THE RECORDS START
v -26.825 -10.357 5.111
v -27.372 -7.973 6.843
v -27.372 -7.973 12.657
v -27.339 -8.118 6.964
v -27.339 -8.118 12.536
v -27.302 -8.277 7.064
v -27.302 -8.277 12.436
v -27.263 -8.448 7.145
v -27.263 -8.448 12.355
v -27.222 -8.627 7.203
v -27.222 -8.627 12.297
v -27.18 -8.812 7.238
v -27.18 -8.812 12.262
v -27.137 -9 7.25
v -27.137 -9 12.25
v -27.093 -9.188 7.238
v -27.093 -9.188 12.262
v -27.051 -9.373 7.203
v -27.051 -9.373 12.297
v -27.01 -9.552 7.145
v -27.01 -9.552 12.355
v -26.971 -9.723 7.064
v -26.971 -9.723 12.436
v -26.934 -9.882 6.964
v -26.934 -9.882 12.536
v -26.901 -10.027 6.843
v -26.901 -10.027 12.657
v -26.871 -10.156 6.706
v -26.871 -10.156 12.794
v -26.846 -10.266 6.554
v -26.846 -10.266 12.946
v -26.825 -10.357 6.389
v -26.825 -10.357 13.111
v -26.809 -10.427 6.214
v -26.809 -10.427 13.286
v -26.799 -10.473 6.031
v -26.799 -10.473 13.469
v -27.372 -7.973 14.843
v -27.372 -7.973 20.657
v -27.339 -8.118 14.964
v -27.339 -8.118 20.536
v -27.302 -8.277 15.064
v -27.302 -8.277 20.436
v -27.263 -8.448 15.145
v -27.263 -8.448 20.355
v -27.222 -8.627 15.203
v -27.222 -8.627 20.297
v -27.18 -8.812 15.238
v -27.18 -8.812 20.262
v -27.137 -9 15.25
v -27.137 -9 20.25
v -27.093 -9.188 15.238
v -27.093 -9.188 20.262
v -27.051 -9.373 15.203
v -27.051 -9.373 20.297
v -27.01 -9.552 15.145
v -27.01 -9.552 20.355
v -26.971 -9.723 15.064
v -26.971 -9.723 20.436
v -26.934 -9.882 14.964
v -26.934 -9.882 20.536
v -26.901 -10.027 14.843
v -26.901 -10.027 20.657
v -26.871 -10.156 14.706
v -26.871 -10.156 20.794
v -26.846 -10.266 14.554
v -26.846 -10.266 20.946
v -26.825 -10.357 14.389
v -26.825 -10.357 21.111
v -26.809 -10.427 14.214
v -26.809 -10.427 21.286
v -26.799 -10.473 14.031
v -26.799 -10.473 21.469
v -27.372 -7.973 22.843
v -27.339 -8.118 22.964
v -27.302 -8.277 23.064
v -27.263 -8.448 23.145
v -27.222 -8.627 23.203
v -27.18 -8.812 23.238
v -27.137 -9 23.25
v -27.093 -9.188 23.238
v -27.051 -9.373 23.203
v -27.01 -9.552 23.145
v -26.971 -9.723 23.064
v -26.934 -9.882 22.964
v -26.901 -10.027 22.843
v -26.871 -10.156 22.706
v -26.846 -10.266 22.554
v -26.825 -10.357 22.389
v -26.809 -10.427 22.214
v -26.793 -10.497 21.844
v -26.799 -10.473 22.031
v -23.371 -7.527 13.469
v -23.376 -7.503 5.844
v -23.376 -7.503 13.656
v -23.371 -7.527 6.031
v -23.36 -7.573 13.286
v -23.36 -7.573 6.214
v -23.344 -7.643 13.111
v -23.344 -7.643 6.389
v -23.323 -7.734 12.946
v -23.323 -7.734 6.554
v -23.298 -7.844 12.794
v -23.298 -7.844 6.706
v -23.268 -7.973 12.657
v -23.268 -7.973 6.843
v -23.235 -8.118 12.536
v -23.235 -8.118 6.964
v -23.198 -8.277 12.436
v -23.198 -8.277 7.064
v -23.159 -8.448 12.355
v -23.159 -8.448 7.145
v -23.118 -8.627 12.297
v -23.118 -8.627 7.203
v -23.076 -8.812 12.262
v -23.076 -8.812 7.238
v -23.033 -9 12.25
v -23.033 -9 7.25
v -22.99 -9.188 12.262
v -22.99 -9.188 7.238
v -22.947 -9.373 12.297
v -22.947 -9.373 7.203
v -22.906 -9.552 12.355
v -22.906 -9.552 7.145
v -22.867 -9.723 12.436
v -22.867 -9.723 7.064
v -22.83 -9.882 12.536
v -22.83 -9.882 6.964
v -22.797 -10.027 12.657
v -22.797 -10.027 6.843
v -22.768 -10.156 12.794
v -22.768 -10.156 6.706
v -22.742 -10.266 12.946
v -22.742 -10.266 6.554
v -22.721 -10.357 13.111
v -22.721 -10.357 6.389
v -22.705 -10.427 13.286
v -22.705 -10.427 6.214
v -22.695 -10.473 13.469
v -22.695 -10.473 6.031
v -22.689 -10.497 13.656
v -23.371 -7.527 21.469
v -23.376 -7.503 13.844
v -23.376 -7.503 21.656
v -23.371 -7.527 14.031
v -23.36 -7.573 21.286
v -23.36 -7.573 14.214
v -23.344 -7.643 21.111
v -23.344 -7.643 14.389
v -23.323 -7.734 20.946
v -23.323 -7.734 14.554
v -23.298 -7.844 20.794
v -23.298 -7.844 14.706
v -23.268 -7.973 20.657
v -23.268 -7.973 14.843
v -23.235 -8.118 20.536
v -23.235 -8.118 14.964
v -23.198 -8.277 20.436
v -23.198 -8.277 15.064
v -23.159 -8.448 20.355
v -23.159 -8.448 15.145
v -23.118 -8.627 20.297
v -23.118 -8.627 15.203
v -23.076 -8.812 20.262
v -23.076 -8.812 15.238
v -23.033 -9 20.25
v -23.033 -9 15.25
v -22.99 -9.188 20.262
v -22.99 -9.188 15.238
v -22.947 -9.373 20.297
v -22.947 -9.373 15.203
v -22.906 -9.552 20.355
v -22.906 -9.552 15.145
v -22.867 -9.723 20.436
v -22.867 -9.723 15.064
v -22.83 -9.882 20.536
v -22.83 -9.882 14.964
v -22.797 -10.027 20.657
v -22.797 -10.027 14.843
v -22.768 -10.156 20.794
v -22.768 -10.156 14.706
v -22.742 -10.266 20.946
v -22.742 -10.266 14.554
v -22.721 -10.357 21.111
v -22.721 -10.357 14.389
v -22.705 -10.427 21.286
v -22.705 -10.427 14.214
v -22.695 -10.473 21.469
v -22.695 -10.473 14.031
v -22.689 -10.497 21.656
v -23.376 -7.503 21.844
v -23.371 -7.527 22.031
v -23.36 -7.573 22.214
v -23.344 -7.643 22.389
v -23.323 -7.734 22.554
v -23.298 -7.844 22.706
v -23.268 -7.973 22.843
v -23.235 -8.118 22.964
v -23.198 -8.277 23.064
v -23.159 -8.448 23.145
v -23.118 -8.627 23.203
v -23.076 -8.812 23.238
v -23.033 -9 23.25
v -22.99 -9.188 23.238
THE RECORDS END
THE RECORDS START
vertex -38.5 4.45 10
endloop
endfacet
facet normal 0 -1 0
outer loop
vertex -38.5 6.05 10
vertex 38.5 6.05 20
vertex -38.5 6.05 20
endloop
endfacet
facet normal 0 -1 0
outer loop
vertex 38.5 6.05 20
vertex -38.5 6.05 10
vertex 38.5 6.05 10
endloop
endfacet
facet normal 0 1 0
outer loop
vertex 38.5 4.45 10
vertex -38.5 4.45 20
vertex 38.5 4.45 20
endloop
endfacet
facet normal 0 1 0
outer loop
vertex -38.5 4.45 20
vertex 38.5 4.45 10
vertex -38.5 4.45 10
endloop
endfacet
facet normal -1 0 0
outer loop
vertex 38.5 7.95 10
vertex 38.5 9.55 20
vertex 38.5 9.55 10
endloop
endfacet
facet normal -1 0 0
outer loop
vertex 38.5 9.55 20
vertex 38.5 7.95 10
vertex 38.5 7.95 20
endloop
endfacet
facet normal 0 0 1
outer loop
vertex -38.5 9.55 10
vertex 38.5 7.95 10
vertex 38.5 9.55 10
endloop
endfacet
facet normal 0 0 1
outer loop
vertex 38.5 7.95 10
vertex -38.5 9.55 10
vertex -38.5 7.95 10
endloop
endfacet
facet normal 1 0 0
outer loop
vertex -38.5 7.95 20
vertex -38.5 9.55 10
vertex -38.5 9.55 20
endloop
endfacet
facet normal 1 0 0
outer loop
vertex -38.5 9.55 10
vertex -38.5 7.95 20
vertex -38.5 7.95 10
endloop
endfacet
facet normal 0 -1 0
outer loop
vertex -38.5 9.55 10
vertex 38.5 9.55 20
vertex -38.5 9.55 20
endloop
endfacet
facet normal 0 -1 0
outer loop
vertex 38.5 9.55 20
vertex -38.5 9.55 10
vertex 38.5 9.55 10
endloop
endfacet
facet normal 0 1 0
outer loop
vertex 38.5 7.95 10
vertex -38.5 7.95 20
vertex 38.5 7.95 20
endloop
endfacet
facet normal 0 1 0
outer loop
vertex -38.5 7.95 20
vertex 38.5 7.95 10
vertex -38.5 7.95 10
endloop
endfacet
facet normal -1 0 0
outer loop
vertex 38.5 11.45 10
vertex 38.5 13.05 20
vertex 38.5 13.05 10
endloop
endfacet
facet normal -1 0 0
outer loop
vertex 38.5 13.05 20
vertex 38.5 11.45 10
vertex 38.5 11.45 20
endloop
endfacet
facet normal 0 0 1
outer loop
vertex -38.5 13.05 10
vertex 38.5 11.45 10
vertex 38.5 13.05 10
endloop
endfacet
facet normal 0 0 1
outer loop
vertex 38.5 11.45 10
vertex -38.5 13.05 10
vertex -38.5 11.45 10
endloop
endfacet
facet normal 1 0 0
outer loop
THE RECORDS END
## AIM OF THE TASK
In the data above, retype exactly and only the lines between the one holding "v -27.137 -9 23.25" and the one holding "v -23.376 -7.503 13.656", inclusive.

## SOLUTION TO THIS EXERCISE
v -27.137 -9 23.25
v -27.093 -9.188 23.238
v -27.051 -9.373 23.203
v -27.01 -9.552 23.145
v -26.971 -9.723 23.064
v -26.934 -9.882 22.964
v -26.901 -10.027 22.843
v -26.871 -10.156 22.706
v -26.846 -10.266 22.554
v -26.825 -10.357 22.389
v -26.809 -10.427 22.214
v -26.793 -10.497 21.844
v -26.799 -10.473 22.031
v -23.371 -7.527 13.469
v -23.376 -7.503 5.844
v -23.376 -7.503 13.656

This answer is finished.